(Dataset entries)
_ _ _ _ _

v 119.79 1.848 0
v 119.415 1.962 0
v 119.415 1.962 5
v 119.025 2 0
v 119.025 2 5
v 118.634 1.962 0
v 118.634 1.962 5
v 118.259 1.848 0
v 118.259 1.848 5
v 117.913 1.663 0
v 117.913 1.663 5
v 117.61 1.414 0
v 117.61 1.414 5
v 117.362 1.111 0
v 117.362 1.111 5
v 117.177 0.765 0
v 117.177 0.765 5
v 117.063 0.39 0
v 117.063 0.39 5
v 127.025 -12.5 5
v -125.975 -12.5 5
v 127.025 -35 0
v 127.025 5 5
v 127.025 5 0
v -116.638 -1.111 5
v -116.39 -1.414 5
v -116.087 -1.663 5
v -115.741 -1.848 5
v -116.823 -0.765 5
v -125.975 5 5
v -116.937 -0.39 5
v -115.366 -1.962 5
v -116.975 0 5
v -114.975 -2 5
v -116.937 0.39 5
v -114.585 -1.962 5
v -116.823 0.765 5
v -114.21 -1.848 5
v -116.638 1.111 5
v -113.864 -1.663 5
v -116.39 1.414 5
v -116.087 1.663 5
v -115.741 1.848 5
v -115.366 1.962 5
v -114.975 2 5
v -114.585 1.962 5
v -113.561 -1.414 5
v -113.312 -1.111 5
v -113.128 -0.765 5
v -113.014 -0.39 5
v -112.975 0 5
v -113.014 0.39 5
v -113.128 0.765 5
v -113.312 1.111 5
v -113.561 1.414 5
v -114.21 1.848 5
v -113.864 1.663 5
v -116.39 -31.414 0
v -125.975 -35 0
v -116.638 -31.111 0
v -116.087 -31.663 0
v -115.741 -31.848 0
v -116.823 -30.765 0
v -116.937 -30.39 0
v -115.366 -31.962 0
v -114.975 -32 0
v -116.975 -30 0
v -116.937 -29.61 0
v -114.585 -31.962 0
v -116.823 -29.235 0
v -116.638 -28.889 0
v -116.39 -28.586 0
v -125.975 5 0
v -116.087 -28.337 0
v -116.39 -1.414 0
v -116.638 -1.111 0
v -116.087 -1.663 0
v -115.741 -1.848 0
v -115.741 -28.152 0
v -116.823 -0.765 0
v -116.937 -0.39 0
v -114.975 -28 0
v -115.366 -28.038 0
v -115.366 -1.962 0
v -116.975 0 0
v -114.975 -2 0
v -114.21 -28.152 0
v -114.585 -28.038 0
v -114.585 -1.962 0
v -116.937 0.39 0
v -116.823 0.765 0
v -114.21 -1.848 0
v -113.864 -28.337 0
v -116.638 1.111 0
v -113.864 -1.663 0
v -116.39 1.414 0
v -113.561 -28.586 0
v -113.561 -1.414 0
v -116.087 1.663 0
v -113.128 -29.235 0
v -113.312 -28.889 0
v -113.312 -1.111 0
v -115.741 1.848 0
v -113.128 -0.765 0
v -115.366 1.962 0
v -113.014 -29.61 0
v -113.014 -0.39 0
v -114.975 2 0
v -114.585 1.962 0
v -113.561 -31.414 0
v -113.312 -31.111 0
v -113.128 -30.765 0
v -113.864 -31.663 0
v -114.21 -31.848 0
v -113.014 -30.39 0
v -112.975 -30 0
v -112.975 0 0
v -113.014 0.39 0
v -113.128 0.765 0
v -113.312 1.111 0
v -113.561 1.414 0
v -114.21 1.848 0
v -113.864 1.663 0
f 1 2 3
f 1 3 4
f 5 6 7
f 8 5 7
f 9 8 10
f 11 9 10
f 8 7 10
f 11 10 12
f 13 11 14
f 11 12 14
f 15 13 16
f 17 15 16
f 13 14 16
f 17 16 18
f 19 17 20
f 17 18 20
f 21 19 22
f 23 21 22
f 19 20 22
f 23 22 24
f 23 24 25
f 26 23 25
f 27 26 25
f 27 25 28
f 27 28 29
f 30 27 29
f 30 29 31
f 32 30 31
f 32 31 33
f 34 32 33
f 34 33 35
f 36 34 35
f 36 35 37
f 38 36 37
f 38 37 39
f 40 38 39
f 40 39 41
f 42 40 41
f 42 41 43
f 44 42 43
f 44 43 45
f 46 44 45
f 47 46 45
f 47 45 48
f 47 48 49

_ _ _ _ _

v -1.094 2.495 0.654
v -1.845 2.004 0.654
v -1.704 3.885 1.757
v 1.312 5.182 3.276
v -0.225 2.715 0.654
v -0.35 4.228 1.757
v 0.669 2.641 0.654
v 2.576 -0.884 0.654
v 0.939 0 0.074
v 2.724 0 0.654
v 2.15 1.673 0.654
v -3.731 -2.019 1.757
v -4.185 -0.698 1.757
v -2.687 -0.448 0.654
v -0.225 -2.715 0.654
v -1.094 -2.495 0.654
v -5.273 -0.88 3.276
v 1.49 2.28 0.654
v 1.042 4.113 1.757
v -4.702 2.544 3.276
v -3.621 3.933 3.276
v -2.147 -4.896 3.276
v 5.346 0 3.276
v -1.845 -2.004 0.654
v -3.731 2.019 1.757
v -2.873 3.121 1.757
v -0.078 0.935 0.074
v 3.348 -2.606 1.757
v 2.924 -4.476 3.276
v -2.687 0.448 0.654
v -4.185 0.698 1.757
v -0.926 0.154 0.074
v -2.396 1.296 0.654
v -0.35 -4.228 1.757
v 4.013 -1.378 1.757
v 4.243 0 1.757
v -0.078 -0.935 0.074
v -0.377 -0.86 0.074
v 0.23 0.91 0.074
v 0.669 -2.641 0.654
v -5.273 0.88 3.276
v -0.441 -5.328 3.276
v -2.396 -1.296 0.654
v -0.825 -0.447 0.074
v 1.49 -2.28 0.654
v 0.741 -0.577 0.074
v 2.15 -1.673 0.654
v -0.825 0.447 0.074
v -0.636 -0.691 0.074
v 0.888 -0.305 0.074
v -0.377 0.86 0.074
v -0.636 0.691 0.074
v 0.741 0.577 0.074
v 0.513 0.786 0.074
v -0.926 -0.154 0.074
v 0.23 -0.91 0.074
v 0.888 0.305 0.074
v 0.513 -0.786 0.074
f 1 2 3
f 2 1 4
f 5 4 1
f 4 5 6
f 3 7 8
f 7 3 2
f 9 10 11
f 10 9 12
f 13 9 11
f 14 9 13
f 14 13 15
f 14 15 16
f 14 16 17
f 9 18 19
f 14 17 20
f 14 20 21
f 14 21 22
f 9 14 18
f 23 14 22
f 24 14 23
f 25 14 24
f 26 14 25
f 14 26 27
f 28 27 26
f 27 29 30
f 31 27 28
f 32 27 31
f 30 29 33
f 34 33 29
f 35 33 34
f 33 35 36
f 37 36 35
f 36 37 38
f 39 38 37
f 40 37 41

_ _ _ _ _

In the data above, find the line that contains "v 119.79 1.848 0" and the line that contains "v -113.312 -31.111 0". Repeat exactly those lines and every line between them, and only those.

v 119.79 1.848 0
v 119.415 1.962 0
v 119.415 1.962 5
v 119.025 2 0
v 119.025 2 5
v 118.634 1.962 0
v 118.634 1.962 5
v 118.259 1.848 0
v 118.259 1.848 5
v 117.913 1.663 0
v 117.913 1.663 5
v 117.61 1.414 0
v 117.61 1.414 5
v 117.362 1.111 0
v 117.362 1.111 5
v 117.177 0.765 0
v 117.177 0.765 5
v 117.063 0.39 0
v 117.063 0.39 5
v 127.025 -12.5 5
v -125.975 -12.5 5
v 127.025 -35 0
v 127.025 5 5
v 127.025 5 0
v -116.638 -1.111 5
v -116.39 -1.414 5
v -116.087 -1.663 5
v -115.741 -1.848 5
v -116.823 -0.765 5
v -125.975 5 5
v -116.937 -0.39 5
v -115.366 -1.962 5
v -116.975 0 5
v -114.975 -2 5
v -116.937 0.39 5
v -114.585 -1.962 5
v -116.823 0.765 5
v -114.21 -1.848 5
v -116.638 1.111 5
v -113.864 -1.663 5
v -116.39 1.414 5
v -116.087 1.663 5
v -115.741 1.848 5
v -115.366 1.962 5
v -114.975 2 5
v -114.585 1.962 5
v -113.561 -1.414 5
v -113.312 -1.111 5
v -113.128 -0.765 5
v -113.014 -0.39 5
v -112.975 0 5
v -113.014 0.39 5
v -113.128 0.765 5
v -113.312 1.111 5
v -113.561 1.414 5
v -114.21 1.848 5
v -113.864 1.663 5
v -116.39 -31.414 0
v -125.975 -35 0
v -116.638 -31.111 0
v -116.087 -31.663 0
v -115.741 -31.848 0
v -116.823 -30.765 0
v -116.937 -30.39 0
v -115.366 -31.962 0
v -114.975 -32 0
v -116.975 -30 0
v -116.937 -29.61 0
v -114.585 -31.962 0
v -116.823 -29.235 0
v -116.638 -28.889 0
v -116.39 -28.586 0
v -125.975 5 0
v -116.087 -28.337 0
v -116.39 -1.414 0
v -116.638 -1.111 0
v -116.087 -1.663 0
v -115.741 -1.848 0
v -115.741 -28.152 0
v -116.823 -0.765 0
v -116.937 -0.39 0
v -114.975 -28 0
v -115.366 -28.038 0
v -115.366 -1.962 0
v -116.975 0 0
v -114.975 -2 0
v -114.21 -28.152 0
v -114.585 -28.038 0
v -114.585 -1.962 0
v -116.937 0.39 0
v -116.823 0.765 0
v -114.21 -1.848 0
v -113.864 -28.337 0
v -116.638 1.111 0
v -113.864 -1.663 0
v -116.39 1.414 0
v -113.561 -28.586 0
v -113.561 -1.414 0
v -116.087 1.663 0
v -113.128 -29.235 0
v -113.312 -28.889 0
v -113.312 -1.111 0
v -115.741 1.848 0
v -113.128 -0.765 0
v -115.366 1.962 0
v -113.014 -29.61 0
v -113.014 -0.39 0
v -114.975 2 0
v -114.585 1.962 0
v -113.561 -31.414 0
v -113.312 -31.111 0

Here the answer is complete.